Report every line of the material that contains the string "both".

◆ Excerpted data:
****************

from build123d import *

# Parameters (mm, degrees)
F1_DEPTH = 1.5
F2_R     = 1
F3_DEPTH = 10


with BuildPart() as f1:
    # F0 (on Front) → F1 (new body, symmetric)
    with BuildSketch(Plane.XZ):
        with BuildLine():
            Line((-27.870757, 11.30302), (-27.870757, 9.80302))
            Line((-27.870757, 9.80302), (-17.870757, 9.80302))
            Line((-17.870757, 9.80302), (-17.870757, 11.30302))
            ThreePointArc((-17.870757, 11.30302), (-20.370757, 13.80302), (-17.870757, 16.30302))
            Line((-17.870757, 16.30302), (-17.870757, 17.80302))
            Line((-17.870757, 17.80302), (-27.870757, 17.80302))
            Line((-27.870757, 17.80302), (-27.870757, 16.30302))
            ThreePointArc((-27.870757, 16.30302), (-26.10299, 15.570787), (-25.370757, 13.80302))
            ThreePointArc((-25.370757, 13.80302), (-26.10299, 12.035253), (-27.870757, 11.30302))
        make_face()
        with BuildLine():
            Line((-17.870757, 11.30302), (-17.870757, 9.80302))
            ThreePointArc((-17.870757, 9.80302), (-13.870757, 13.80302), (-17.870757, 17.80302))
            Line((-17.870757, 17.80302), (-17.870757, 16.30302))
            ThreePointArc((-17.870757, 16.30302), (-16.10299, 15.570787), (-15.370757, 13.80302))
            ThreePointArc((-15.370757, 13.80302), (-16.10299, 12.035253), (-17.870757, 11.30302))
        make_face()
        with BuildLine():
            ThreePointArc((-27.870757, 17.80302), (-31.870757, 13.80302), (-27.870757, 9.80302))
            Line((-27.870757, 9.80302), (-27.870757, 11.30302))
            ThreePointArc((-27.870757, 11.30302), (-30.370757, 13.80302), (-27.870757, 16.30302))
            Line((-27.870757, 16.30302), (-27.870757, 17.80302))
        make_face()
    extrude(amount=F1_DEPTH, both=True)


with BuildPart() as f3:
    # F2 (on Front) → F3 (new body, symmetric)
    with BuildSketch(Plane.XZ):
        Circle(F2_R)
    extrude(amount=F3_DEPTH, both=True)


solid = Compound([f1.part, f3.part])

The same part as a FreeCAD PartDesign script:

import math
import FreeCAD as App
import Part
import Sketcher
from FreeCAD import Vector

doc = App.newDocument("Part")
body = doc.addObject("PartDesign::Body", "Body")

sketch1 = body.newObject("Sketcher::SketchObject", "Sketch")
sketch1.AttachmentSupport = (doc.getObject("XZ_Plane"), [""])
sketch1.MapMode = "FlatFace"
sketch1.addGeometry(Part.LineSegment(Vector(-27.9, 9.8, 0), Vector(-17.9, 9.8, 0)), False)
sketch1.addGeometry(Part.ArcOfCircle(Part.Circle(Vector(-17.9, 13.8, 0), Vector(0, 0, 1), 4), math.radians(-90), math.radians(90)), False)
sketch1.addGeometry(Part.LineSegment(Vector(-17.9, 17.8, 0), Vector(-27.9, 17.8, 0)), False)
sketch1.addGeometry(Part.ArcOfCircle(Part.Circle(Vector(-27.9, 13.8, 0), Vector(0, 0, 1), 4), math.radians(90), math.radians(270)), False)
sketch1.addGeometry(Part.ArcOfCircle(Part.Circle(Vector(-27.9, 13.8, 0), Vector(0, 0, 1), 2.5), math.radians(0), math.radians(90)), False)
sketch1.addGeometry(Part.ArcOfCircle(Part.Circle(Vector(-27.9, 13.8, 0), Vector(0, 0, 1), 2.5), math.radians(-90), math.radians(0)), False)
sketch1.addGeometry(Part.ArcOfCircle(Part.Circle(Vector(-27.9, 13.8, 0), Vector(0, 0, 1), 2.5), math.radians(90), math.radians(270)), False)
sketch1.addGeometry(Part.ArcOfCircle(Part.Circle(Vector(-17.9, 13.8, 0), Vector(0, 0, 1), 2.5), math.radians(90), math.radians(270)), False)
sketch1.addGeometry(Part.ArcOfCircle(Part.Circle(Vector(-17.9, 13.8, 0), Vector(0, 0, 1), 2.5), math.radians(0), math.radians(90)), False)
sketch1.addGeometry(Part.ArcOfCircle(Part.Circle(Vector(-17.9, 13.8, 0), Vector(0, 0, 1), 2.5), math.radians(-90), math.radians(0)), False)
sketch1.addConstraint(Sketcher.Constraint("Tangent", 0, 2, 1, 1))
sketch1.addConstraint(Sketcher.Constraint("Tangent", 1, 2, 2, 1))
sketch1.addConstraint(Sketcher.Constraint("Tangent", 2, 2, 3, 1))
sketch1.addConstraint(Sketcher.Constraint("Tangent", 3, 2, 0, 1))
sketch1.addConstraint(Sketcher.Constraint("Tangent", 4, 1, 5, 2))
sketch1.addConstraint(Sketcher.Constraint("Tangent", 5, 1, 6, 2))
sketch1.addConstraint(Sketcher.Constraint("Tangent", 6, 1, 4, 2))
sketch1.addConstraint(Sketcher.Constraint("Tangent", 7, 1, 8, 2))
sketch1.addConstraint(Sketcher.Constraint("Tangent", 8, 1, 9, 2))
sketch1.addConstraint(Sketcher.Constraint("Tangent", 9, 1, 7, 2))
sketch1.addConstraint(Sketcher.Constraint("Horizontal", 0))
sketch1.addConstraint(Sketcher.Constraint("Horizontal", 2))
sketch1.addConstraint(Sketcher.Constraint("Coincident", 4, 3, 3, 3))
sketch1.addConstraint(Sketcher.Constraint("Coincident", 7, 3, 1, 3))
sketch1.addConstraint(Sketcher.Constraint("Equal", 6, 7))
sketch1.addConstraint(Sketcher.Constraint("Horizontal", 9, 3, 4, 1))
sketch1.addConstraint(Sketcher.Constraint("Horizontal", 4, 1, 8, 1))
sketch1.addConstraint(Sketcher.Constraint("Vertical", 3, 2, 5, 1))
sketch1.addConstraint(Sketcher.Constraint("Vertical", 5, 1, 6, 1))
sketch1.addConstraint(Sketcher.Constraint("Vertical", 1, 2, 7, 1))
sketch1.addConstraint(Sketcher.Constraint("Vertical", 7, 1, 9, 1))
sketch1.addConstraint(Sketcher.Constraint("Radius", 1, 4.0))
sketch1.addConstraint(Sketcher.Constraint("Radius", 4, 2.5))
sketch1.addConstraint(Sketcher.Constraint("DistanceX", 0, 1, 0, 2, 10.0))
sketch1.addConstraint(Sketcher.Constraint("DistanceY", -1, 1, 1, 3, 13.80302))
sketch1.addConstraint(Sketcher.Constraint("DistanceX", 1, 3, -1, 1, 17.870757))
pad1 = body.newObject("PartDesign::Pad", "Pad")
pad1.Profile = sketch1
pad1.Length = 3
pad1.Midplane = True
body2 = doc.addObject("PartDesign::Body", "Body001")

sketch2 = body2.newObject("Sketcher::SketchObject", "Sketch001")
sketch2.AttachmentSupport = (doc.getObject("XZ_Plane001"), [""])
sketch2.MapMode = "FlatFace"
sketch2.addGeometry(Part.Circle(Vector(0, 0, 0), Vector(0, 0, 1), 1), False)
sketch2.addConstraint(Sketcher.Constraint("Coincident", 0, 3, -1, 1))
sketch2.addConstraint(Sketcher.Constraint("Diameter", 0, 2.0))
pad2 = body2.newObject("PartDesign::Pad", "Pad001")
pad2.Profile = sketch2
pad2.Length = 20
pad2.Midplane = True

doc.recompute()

****************

◆ Reply to the task:
    extrude(amount=F1_DEPTH, both=True)
    extrude(amount=F3_DEPTH, both=True)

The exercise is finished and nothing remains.